• _Problem to solve_
For the data below, restate word for word only the lines from the line containing "#107=AXIS2_PLACEMENT_3D('',#106,#46,#87);" through the line containing "#155=EDGE_CURVE('',#111,#14,#154,.T.);", both ends included.

(Saved entries)
···
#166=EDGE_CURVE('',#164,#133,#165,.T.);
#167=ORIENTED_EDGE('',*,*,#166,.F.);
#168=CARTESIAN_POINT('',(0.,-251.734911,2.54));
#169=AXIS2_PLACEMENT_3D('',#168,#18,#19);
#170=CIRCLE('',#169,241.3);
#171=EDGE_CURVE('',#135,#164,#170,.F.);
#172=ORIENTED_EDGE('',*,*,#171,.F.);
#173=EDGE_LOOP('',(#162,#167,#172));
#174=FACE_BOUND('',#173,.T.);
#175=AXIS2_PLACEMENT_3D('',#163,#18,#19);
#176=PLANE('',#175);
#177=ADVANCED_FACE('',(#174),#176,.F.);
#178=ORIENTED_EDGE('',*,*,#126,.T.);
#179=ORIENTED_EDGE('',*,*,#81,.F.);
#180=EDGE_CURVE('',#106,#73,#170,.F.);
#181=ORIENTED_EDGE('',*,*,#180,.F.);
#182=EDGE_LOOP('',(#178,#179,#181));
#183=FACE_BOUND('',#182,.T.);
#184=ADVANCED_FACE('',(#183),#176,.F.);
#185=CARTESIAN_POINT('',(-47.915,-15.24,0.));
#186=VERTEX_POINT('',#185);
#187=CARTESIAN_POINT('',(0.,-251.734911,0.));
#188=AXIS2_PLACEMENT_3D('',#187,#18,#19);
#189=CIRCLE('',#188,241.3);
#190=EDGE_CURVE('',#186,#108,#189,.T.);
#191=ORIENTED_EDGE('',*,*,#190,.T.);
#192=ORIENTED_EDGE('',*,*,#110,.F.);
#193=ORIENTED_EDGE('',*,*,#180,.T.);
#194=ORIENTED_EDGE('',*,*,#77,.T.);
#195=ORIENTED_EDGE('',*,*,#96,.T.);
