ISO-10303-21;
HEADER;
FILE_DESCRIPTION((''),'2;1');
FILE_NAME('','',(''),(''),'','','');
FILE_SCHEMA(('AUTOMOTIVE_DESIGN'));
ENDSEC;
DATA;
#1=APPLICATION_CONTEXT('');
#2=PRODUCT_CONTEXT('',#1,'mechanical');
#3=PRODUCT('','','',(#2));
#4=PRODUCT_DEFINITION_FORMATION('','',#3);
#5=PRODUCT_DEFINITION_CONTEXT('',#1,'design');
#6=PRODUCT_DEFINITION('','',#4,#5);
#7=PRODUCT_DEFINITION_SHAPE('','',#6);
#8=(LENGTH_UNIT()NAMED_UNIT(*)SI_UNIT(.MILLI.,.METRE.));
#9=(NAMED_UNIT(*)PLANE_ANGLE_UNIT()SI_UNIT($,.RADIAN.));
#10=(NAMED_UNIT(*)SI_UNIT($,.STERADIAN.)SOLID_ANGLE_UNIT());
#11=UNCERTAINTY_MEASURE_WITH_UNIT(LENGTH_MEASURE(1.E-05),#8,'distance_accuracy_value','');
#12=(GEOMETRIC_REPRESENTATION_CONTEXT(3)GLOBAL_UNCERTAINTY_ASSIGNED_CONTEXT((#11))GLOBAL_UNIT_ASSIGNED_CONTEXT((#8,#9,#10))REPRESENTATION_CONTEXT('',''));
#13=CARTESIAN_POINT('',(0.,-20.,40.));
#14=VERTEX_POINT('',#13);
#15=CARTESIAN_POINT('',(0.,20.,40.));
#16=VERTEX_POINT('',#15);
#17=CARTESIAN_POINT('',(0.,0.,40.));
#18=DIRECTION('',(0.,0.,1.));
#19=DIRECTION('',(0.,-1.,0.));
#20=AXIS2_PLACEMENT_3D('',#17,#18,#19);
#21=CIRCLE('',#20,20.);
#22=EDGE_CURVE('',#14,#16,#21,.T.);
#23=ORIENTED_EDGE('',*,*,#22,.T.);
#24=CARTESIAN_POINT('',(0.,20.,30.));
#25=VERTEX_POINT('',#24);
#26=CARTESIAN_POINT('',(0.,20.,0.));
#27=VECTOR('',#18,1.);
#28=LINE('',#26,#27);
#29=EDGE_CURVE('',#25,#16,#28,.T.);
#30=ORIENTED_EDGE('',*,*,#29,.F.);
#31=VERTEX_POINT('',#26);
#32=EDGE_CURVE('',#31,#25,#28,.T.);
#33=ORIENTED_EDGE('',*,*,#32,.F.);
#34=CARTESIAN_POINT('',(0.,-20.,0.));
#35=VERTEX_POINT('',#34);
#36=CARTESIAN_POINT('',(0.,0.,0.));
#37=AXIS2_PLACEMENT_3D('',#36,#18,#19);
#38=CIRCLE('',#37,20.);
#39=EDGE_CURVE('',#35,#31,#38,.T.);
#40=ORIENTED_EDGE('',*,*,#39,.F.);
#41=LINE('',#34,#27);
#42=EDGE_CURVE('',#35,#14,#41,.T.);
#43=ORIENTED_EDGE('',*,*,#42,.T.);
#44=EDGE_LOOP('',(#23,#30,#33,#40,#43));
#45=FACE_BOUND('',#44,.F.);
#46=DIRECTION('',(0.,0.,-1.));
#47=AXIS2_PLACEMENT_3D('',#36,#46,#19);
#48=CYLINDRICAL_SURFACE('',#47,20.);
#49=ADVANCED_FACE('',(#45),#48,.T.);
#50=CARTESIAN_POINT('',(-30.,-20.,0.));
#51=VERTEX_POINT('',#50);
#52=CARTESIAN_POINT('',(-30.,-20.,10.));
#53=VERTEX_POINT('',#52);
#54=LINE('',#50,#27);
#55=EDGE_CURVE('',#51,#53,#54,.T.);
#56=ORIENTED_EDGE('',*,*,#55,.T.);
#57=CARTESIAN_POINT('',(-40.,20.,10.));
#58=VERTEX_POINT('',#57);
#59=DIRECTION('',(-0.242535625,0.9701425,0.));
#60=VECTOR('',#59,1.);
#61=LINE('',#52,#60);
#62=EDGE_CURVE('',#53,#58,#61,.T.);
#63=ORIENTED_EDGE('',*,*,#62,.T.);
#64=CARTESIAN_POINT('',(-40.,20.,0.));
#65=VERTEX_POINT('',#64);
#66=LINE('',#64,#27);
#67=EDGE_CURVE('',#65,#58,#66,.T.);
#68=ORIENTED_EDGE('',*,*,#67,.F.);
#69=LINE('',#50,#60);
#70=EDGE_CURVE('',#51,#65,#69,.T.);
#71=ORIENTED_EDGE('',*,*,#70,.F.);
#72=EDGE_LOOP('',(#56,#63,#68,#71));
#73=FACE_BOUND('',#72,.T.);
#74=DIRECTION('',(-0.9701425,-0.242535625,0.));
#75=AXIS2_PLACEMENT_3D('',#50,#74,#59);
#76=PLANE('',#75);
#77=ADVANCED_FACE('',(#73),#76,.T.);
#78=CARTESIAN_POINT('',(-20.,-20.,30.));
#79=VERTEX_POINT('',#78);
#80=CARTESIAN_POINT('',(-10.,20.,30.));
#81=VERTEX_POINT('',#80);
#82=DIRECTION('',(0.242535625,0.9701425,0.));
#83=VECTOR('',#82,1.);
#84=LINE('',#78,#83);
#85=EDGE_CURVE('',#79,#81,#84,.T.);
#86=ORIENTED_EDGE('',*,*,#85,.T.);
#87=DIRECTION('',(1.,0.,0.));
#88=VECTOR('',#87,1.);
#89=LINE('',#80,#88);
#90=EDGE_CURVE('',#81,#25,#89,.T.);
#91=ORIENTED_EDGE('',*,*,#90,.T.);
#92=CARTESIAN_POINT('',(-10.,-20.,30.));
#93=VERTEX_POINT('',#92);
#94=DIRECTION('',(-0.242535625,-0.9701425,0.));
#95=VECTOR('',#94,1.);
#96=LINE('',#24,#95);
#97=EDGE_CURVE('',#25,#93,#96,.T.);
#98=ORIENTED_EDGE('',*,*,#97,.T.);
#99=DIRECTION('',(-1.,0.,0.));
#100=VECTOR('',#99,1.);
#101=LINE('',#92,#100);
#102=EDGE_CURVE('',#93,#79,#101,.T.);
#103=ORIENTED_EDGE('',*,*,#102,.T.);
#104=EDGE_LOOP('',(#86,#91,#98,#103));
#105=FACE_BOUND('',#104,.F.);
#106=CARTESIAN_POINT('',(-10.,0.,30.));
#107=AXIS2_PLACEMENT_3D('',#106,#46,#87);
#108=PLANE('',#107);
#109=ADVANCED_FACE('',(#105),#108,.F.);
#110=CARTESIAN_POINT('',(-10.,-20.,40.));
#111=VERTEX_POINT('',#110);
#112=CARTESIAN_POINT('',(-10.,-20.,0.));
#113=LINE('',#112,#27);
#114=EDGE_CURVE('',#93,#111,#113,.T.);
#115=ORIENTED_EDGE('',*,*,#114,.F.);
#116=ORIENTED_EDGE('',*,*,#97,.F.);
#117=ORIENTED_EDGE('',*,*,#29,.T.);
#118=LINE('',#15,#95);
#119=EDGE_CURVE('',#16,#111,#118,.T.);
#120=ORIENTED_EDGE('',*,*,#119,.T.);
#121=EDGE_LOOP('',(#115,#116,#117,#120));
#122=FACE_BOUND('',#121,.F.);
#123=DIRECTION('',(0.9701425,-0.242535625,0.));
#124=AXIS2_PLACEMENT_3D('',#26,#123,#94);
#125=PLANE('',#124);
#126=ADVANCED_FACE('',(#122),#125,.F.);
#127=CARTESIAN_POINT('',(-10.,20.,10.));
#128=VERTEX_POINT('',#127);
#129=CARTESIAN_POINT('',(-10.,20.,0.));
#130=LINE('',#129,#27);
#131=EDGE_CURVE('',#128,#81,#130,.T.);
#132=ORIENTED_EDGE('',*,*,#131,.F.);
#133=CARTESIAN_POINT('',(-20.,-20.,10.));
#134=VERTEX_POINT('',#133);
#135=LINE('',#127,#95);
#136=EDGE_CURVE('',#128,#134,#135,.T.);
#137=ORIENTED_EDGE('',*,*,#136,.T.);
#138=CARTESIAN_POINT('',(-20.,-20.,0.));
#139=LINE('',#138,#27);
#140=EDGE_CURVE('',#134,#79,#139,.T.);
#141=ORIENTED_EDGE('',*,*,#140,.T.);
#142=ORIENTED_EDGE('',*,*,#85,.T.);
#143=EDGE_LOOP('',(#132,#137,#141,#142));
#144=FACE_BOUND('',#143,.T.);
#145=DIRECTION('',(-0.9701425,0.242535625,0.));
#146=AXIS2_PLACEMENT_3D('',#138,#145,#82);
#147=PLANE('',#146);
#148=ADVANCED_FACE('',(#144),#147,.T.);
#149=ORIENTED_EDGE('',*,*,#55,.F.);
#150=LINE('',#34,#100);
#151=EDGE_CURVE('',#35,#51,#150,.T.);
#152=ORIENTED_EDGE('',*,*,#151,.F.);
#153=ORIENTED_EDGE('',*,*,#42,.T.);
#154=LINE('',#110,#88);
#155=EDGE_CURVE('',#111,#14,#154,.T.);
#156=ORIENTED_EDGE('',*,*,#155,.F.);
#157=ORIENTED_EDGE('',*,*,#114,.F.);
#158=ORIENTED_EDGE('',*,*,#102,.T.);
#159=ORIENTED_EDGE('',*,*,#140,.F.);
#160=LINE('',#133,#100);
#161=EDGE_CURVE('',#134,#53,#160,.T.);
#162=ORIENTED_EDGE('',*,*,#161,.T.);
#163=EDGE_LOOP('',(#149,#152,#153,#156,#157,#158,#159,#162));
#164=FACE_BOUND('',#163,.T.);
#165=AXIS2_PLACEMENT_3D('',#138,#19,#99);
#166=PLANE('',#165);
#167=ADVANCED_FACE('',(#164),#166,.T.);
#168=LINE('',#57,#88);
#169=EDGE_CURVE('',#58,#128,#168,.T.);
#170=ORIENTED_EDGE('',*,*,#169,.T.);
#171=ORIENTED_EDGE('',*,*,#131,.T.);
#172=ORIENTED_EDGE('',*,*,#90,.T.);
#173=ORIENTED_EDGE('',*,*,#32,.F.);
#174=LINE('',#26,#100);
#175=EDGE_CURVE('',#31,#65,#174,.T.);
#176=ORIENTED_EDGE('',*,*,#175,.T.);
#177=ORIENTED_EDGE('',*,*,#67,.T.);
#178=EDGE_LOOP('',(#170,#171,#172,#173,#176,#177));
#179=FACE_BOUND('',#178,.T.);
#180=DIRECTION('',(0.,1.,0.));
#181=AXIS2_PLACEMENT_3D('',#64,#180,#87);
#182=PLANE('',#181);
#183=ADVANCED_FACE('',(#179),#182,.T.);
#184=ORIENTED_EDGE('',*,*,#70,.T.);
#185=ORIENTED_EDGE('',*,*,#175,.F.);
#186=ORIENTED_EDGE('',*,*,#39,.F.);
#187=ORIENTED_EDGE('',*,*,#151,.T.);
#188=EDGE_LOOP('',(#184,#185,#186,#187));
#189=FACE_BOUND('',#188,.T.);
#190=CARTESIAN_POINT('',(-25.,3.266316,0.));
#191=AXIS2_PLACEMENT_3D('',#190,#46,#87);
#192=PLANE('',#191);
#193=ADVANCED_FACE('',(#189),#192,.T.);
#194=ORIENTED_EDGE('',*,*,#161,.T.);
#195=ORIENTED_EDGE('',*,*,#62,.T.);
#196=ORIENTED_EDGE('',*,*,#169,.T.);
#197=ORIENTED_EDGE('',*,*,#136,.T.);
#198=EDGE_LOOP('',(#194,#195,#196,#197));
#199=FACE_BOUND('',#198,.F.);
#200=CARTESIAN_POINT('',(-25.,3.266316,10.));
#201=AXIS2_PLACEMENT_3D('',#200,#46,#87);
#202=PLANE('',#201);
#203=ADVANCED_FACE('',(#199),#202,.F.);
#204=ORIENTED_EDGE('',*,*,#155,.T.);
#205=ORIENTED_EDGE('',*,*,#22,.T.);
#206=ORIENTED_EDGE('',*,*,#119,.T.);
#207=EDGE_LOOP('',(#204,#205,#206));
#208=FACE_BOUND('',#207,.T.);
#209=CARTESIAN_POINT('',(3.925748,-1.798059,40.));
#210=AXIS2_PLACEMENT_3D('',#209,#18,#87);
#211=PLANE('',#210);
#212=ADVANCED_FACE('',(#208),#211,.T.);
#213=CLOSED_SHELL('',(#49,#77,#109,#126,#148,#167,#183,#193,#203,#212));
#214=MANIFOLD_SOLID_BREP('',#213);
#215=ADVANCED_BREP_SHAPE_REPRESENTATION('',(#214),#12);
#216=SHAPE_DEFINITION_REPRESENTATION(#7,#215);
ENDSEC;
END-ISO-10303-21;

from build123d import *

# Parameters (mm, degrees)
F1_DEPTH = 40
F3_DEPTH = 30
F5_DEPTH = 10


with BuildPart() as f1:
    # F0 (on Top) → F1 (new body)
    with BuildSketch(Plane.XY):
        with BuildLine():
            Line((-10, -20), (0, -20))
            ThreePointArc((0, -20), (20, 0), (0, 20))
            Line((0, 20), (-10, -20))
        make_face()
    extrude(amount=F1_DEPTH)

    # F2 (on face) → F3 (join)
    with BuildSketch(Plane(origin=(0, 0, 0), x_dir=(1, 0, 0), z_dir=(0, 0, -1))):
        Polygon((-10, -20), (0, -20), (-10, 20), (-20, 20), align=None)
    extrude(amount=-F3_DEPTH)

    # F4 (on face) → F5 (join)
    with BuildSketch(Plane(origin=(0, 0, 0), x_dir=(1, 0, 0), z_dir=(0, 0, -1))):
        Polygon((-40, -20), (-10, -20), (-20, 20), (-30, 20), align=None)
    extrude(amount=-F5_DEPTH)


solid = f1.part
···
• _Solution to the exercise_
#107=AXIS2_PLACEMENT_3D('',#106,#46,#87);
#108=PLANE('',#107);
#109=ADVANCED_FACE('',(#105),#108,.F.);
#110=CARTESIAN_POINT('',(-10.,-20.,40.));
#111=VERTEX_POINT('',#110);
#112=CARTESIAN_POINT('',(-10.,-20.,0.));
#113=LINE('',#112,#27);
#114=EDGE_CURVE('',#93,#111,#113,.T.);
#115=ORIENTED_EDGE('',*,*,#114,.F.);
#116=ORIENTED_EDGE('',*,*,#97,.F.);
#117=ORIENTED_EDGE('',*,*,#29,.T.);
#118=LINE('',#15,#95);
#119=EDGE_CURVE('',#16,#111,#118,.T.);
#120=ORIENTED_EDGE('',*,*,#119,.T.);
#121=EDGE_LOOP('',(#115,#116,#117,#120));
#122=FACE_BOUND('',#121,.F.);
#123=DIRECTION('',(0.9701425,-0.242535625,0.));
#124=AXIS2_PLACEMENT_3D('',#26,#123,#94);
#125=PLANE('',#124);
#126=ADVANCED_FACE('',(#122),#125,.F.);
#127=CARTESIAN_POINT('',(-10.,20.,10.));
#128=VERTEX_POINT('',#127);
#129=CARTESIAN_POINT('',(-10.,20.,0.));
#130=LINE('',#129,#27);
#131=EDGE_CURVE('',#128,#81,#130,.T.);
#132=ORIENTED_EDGE('',*,*,#131,.F.);
#133=CARTESIAN_POINT('',(-20.,-20.,10.));
#134=VERTEX_POINT('',#133);
#135=LINE('',#127,#95);
#136=EDGE_CURVE('',#128,#134,#135,.T.);
#137=ORIENTED_EDGE('',*,*,#136,.T.);
#138=CARTESIAN_POINT('',(-20.,-20.,0.));
#139=LINE('',#138,#27);
#140=EDGE_CURVE('',#134,#79,#139,.T.);
#141=ORIENTED_EDGE('',*,*,#140,.T.);
#142=ORIENTED_EDGE('',*,*,#85,.T.);
#143=EDGE_LOOP('',(#132,#137,#141,#142));
#144=FACE_BOUND('',#143,.T.);
#145=DIRECTION('',(-0.9701425,0.242535625,0.));
#146=AXIS2_PLACEMENT_3D('',#138,#145,#82);
#147=PLANE('',#146);
#148=ADVANCED_FACE('',(#144),#147,.T.);
#149=ORIENTED_EDGE('',*,*,#55,.F.);
#150=LINE('',#34,#100);
#151=EDGE_CURVE('',#35,#51,#150,.T.);
#152=ORIENTED_EDGE('',*,*,#151,.F.);
#153=ORIENTED_EDGE('',*,*,#42,.T.);
#154=LINE('',#110,#88);
#155=EDGE_CURVE('',#111,#14,#154,.T.);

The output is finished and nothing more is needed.